Given the points A (1,3), B (4,-1), then the vector The unit vector of AB in the same direction is ______. Given points A (1,3), B (4,-1), then the vector The unit vector of AB in the same direction is ______. Given the point A (1,3), B (4,-1), then the vector The unit vector of AB in the same direction is ______.
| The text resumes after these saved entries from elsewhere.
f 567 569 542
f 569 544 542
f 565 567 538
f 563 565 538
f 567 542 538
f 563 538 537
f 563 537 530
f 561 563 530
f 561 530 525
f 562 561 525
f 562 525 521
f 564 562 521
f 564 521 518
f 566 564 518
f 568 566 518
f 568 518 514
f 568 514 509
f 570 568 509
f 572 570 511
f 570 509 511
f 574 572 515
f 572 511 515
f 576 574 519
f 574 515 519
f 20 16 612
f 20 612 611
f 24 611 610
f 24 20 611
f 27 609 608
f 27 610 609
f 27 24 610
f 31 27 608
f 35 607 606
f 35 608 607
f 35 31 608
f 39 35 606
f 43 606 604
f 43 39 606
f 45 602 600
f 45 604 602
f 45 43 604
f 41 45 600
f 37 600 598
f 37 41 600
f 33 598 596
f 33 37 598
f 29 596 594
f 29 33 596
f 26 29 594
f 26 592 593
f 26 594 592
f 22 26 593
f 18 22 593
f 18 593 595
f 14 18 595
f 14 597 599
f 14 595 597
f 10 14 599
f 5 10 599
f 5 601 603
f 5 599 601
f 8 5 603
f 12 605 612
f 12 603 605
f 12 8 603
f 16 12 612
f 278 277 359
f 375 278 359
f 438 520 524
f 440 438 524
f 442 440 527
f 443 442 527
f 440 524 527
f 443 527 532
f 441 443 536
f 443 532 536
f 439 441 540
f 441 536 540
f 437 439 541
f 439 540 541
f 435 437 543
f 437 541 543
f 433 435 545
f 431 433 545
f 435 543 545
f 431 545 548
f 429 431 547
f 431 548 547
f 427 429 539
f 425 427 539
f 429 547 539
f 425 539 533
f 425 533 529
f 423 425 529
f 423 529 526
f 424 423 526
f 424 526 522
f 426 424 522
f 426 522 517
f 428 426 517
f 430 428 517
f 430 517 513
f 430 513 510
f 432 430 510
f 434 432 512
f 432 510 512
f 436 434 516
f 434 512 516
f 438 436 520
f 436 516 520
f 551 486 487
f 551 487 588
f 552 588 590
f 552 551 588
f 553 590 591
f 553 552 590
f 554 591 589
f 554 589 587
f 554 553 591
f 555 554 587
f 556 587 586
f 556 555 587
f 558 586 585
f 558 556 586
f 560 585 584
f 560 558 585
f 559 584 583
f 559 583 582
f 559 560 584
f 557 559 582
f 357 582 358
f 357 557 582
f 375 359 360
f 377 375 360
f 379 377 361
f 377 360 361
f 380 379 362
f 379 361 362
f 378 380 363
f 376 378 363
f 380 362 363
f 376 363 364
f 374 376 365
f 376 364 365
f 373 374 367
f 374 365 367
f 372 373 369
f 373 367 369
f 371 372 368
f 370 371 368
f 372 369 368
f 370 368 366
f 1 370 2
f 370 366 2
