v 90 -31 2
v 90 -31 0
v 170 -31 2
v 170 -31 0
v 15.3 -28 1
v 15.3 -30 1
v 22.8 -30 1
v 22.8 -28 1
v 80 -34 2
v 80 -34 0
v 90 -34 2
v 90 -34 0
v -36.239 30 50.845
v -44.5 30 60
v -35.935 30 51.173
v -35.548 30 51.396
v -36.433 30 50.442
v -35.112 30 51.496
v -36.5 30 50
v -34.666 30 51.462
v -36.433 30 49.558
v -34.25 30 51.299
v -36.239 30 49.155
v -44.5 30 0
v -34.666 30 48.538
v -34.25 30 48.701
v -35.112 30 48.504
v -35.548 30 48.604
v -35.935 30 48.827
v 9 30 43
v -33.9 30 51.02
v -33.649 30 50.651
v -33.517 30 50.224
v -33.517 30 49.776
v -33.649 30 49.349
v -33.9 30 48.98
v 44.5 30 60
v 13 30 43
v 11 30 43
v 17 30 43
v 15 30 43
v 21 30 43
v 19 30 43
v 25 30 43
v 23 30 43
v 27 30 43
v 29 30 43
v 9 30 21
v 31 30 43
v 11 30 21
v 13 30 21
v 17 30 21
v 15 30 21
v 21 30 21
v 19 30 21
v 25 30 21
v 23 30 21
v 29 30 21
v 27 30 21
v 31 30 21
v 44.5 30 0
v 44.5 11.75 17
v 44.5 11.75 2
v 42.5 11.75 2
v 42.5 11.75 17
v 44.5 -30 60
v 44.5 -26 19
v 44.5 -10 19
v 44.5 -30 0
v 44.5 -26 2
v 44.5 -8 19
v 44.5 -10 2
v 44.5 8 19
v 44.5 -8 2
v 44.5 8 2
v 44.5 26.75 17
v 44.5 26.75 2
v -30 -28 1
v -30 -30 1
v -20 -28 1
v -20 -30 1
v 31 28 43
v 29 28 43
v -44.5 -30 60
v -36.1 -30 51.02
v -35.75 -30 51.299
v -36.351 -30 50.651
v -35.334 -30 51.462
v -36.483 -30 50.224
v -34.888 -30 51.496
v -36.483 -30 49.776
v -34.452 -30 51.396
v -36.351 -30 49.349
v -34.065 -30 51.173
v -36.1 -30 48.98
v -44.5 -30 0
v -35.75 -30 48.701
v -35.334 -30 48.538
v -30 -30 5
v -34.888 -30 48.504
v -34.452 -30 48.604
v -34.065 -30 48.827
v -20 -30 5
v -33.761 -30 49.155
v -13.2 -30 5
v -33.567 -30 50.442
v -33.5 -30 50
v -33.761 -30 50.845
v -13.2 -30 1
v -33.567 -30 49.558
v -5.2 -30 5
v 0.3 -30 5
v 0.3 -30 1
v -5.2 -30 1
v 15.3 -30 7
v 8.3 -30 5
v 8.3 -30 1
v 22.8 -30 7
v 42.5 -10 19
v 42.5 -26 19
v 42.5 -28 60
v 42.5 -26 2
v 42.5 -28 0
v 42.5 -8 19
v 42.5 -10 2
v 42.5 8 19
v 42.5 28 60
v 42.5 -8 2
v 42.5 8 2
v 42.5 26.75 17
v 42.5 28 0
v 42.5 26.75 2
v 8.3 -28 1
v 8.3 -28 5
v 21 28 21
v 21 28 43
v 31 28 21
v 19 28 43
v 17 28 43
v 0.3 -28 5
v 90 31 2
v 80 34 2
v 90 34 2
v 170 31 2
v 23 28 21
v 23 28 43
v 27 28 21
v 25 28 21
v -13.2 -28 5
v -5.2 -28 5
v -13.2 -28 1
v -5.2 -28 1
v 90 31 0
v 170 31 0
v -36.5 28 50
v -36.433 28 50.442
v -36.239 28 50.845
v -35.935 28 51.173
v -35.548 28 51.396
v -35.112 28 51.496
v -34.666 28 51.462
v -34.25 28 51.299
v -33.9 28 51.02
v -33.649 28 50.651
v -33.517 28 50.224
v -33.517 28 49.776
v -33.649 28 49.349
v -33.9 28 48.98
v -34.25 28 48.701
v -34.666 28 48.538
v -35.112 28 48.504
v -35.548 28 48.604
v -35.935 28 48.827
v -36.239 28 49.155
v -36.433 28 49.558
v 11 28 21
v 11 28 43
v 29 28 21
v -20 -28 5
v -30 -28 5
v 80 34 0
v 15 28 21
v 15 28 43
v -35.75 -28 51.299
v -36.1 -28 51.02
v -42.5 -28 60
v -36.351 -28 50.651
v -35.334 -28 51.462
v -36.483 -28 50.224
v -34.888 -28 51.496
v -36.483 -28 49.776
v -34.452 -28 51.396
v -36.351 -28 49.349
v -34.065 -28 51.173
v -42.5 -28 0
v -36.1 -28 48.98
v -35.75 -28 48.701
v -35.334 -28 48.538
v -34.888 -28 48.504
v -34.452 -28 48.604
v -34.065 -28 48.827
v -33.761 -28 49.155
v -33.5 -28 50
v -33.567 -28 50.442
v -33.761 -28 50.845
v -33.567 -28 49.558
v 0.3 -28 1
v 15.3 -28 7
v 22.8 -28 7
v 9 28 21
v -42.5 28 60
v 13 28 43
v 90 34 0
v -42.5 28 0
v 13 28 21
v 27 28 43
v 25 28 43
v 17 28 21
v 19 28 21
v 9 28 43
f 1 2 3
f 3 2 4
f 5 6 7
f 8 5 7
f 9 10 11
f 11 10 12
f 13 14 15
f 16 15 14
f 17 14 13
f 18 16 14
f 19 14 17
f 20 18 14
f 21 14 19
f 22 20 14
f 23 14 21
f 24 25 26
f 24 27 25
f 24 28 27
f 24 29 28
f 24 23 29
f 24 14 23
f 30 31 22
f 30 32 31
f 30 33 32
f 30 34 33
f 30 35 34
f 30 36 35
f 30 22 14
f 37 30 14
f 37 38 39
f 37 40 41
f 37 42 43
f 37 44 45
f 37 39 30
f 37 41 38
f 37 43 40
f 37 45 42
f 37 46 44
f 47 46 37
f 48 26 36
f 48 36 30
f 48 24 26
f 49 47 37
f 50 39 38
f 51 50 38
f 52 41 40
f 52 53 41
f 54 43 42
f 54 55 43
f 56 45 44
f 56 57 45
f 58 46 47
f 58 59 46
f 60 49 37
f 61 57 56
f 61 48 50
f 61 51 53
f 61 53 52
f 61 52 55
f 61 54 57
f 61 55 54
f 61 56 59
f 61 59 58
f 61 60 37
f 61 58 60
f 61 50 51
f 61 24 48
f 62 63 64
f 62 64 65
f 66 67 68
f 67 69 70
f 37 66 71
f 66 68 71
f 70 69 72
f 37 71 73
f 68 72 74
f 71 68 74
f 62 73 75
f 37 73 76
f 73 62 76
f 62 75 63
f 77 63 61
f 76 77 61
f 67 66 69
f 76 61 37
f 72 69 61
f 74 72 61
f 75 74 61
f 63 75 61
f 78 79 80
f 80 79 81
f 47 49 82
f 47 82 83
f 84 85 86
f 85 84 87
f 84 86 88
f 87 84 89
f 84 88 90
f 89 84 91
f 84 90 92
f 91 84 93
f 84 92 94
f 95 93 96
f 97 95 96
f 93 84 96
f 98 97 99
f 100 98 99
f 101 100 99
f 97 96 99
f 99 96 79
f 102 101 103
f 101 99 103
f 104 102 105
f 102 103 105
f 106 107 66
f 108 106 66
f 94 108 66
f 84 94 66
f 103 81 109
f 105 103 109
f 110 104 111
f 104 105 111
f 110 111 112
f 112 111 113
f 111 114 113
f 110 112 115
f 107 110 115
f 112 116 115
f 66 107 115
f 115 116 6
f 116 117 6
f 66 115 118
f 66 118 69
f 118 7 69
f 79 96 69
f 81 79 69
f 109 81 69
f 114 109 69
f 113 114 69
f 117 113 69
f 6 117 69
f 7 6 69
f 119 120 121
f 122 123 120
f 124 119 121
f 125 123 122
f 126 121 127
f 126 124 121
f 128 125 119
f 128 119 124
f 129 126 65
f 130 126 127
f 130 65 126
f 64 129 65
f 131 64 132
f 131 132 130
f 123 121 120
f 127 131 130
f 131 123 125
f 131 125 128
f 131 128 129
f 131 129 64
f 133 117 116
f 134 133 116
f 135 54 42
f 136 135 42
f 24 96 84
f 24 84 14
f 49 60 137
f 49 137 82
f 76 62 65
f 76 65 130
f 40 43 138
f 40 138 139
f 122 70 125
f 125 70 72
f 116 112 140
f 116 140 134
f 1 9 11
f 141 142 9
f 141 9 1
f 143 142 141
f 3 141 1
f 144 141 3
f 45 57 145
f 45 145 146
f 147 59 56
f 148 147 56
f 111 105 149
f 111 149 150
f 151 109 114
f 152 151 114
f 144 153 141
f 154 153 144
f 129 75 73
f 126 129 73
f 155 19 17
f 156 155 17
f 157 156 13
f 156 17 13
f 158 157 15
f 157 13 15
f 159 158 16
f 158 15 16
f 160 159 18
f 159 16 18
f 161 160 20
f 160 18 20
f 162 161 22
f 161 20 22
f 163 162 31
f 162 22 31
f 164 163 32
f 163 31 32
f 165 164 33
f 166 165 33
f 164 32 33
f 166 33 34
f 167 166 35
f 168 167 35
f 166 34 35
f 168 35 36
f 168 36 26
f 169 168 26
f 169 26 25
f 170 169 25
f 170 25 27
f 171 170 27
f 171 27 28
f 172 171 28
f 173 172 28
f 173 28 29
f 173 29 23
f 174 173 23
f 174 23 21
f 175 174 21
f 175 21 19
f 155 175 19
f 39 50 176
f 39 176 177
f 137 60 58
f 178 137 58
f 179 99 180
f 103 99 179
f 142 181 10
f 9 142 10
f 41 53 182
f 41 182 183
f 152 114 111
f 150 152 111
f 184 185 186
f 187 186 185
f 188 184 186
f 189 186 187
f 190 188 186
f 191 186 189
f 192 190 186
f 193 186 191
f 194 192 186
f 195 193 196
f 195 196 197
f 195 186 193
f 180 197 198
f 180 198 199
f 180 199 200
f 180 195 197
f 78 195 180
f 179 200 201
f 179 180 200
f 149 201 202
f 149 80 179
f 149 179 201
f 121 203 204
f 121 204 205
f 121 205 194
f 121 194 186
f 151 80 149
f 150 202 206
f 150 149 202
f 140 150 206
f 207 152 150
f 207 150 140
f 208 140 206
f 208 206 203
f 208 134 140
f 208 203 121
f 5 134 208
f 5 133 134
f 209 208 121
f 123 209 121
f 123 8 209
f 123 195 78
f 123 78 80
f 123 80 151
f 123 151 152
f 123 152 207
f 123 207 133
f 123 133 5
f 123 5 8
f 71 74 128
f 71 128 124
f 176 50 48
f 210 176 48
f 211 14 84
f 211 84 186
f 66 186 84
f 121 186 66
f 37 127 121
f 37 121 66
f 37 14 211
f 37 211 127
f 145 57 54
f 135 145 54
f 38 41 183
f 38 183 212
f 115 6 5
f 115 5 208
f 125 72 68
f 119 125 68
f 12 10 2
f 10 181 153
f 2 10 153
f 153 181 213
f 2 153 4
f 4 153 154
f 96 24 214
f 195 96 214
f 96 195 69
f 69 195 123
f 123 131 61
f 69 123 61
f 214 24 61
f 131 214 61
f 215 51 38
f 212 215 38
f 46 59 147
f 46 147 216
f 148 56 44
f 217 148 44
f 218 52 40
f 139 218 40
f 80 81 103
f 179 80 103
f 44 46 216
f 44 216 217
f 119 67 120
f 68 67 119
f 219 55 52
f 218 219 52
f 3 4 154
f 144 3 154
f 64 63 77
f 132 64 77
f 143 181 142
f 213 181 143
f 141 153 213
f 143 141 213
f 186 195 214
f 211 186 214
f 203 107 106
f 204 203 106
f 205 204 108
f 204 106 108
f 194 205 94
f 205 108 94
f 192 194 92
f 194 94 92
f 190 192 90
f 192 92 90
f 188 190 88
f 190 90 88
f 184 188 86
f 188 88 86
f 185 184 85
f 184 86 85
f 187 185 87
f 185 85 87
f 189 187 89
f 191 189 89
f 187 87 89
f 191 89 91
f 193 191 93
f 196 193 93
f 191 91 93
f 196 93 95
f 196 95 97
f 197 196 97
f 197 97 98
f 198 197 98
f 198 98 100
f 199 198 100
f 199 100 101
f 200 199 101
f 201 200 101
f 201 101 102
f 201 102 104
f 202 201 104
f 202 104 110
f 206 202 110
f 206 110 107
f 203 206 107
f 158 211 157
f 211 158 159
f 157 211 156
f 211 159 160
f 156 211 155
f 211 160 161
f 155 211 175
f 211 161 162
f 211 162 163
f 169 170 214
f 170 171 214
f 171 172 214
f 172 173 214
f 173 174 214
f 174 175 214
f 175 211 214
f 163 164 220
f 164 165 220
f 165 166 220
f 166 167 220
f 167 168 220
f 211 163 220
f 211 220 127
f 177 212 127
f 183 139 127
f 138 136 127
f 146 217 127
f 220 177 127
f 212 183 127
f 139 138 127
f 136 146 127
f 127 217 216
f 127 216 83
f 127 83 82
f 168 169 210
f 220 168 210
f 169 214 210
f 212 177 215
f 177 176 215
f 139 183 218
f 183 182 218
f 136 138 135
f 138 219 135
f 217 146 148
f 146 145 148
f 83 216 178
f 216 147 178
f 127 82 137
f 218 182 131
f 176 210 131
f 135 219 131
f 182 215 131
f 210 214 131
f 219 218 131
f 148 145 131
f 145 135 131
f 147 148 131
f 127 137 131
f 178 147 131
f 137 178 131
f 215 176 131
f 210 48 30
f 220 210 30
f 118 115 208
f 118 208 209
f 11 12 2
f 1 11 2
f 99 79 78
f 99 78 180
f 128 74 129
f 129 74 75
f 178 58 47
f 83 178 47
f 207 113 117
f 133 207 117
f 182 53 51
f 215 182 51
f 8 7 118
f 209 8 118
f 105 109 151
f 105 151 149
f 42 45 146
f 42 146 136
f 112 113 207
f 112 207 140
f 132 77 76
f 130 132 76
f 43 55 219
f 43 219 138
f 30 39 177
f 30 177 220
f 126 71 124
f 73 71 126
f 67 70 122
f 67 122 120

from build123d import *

# Parameters (mm, degrees)
SKETCH_W        = 89
SKETCH_H        = 60
SKETCH_W_2      = 85
SKETCH_H_2      = 56
PAD_DEPTH       = 60
SKETCH001_R     = 1.5
SKETCH001_W     = 10
SKETCH001_H     = 4
SKETCH001_W_2   = 8
SKETCH001_W_3   = 7.5
SKETCH001_H_2   = 6
POCKET_DEPTH    = 5
SKETCH002_W     = 16
SKETCH002_H     = 17
SKETCH002_W_2   = 15
SKETCH002_H_2   = 15
POCKET001_DEPTH = 5
SKETCH003_R     = 1.5
SKETCH003_W     = 2
SKETCH003_H     = 22
POCKET002_DEPTH = 5
SKETCH004_W     = 90
SKETCH004_H     = 62
SKETCH004_W_2   = 10
SKETCH004_H_2   = 3
PAD001_DEPTH    = 2


with BuildPart() as pereti_carcasa:
    # Sketch → Pad (new body)
    with BuildSketch(Plane.XY):
        Rectangle(SKETCH_W, SKETCH_H)
        Rectangle(SKETCH_W_2, SKETCH_H_2, mode=Mode.SUBTRACT)
    extrude(amount=PAD_DEPTH)

    # Sketch001 (on Face3 of Pad) → Pocket (cut)
    with BuildSketch(Plane.XZ.offset(30)):
        with Locations((-35, 50)):
            Circle(SKETCH001_R)
        with Locations((-25, 3)):
            Rectangle(SKETCH001_W, SKETCH001_H)
        with Locations((-9.2, 3)):
            Rectangle(SKETCH001_W_2, SKETCH001_H)
        with Locations((4.3, 3)):
            Rectangle(SKETCH001_W_2, SKETCH001_H)
        with Locations((19.05, 4)):
            Rectangle(SKETCH001_W_3, SKETCH001_H_2)
    extrude(amount=-POCKET_DEPTH, mode=Mode.SUBTRACT)

    # Sketch002 (on Face3 of Pocket) → Pocket001 (cut)
    with BuildSketch(Plane.YZ.offset(44.5)):
        with Locations((-18, 10.5)):
            Rectangle(SKETCH002_W, SKETCH002_H)
        with Locations((0, 10.5)):
            Rectangle(SKETCH002_W, SKETCH002_H)
        with Locations((19.25, 9.5)):
            Rectangle(SKETCH002_W_2, SKETCH002_H_2)
    extrude(amount=-POCKET001_DEPTH, mode=Mode.SUBTRACT)

    # Sketch003 (on Face1 of Pocket001) → Pocket002 (cut)
    with BuildSketch(Plane(origin=(0, 30, 0), x_dir=(-1, 0, 0), z_dir=(0, 1, 0))):
        with Locations((35, 50)):
            Circle(SKETCH003_R)
        with Locations((-30, 32)):
            Rectangle(SKETCH003_W, SKETCH003_H)
        with Locations((-26, 32)):
            Rectangle(SKETCH003_W, SKETCH003_H)
        with Locations((-22, 32)):
            Rectangle(SKETCH003_W, SKETCH003_H)
        with Locations((-18, 32)):
            Rectangle(SKETCH003_W, SKETCH003_H)
        with Locations((-14, 32)):
            Rectangle(SKETCH003_W, SKETCH003_H)
        with Locations((-10, 32)):
            Rectangle(SKETCH003_W, SKETCH003_H)
    extrude(amount=-POCKET002_DEPTH, mode=Mode.SUBTRACT)


with BuildPart() as lid:
    # Sketch004 → Pad001 (new body)
    with BuildSketch(Plane.XY):
        with Locations((125, 0)):
            Rectangle(SKETCH004_W, SKETCH004_H)
        with Locations((85, 32.5)):
            Rectangle(SKETCH004_W_2, SKETCH004_H_2)
        with Locations((85, -32.5)):
            Rectangle(SKETCH004_W_2, SKETCH004_H_2)
    extrude(amount=PAD001_DEPTH)


solid = Compound([pereti_carcasa.part, lid.part])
Given the points A (1,3), B (4,-1), then the vector The unit vector of AB in the same direction is ______. Given points A (1,3), B (4,-1), then the vector The unit vector of AB in the same direction is ______. Given the point A (1,3), B (4,-1), then the vector The unit vector of AB in the same direction is ______.

Point A (1,3), B (4,-1),
∴

AB=(3,-4), available |

AB |=
32+(−4)2=5,
Therefore, the vector

The unit vector of AB in the same direction is:

E =1
|

AB |•

AB =1
5(3,-4)=(3
5,−4
5)
Therefore, the answer is:(3
5,−4
5)

Point A (1,3), B (4,-1),
∴

AB=(3,-4), available |

AB |=
32+(−4)2=5,
Therefore, the vector

The unit vector of AB in the same direction is:

E =1
|

AB |•

AB=1
5(3,-4)=(3
5,−4
5)
Therefore, the answer is:(3
5,−4
5)

Add two vectors in the same direction, and take the direction of the sum vector

Same direction as two addition vectors

Do two collinear vectors include zero vectors

Your question is:
Let a and b be collinear vectors:
1, Two zero vectors, then collinear;
2. If there is exactly a zero vector, it is collinear;
3.Both are not zero vectors, any one can be used as base vector when collinear;
B=λa

The vectors a, b are known to be two non-collinear nonzero vectors, and t is a constant. If the module of vector a is equal to the module of vector b and the angle between vector a and vector b is 60°, then what is the minimum value of the module of t (vector a-t*vector b)?

A*b=|a||b|cos60=1/2||a|^2
|A-tb|= root number [a^2-2ta*b+t^2b^2]= root number (a^2-t*a^2+t^2*a^2)= root number [a^2[(t-1/2)^2+3/4]]
Therefore, when t=1/2, the minimum value is: root number 3/2|a|

A*b=|a||b|cos60=1/2|^2
|A-tb|= root number [a^2-2ta*b+t^2b^2]= root number (a^2-t*a^2+t^2*a^2)= root number [a^2[(t-1/2)^2+3/4]]
Therefore, when t=1/2, the minimum value is: root number 3/2|a|

Given point A (4,3) B (2,5) c (3,4), find the coordinates of the product of vector AB and vector BC

AB=(2-4,5-3)=(-2,2)
BC =(3-2,4-5)=(1,-1)
AB*BC=-2*1+2*(-1)=-4
AB×BC =(0,0,0)

Given two points A (4,1) B (7,-3), the unit vector in the same direction as vector AB is

Vector AB is (3,-4)
The modulus of AB is 5
The module of unit vector is only 1
So unit vectors are (3/5,-4/5)
The method is to find the original vector and divide it by the module of the original vector.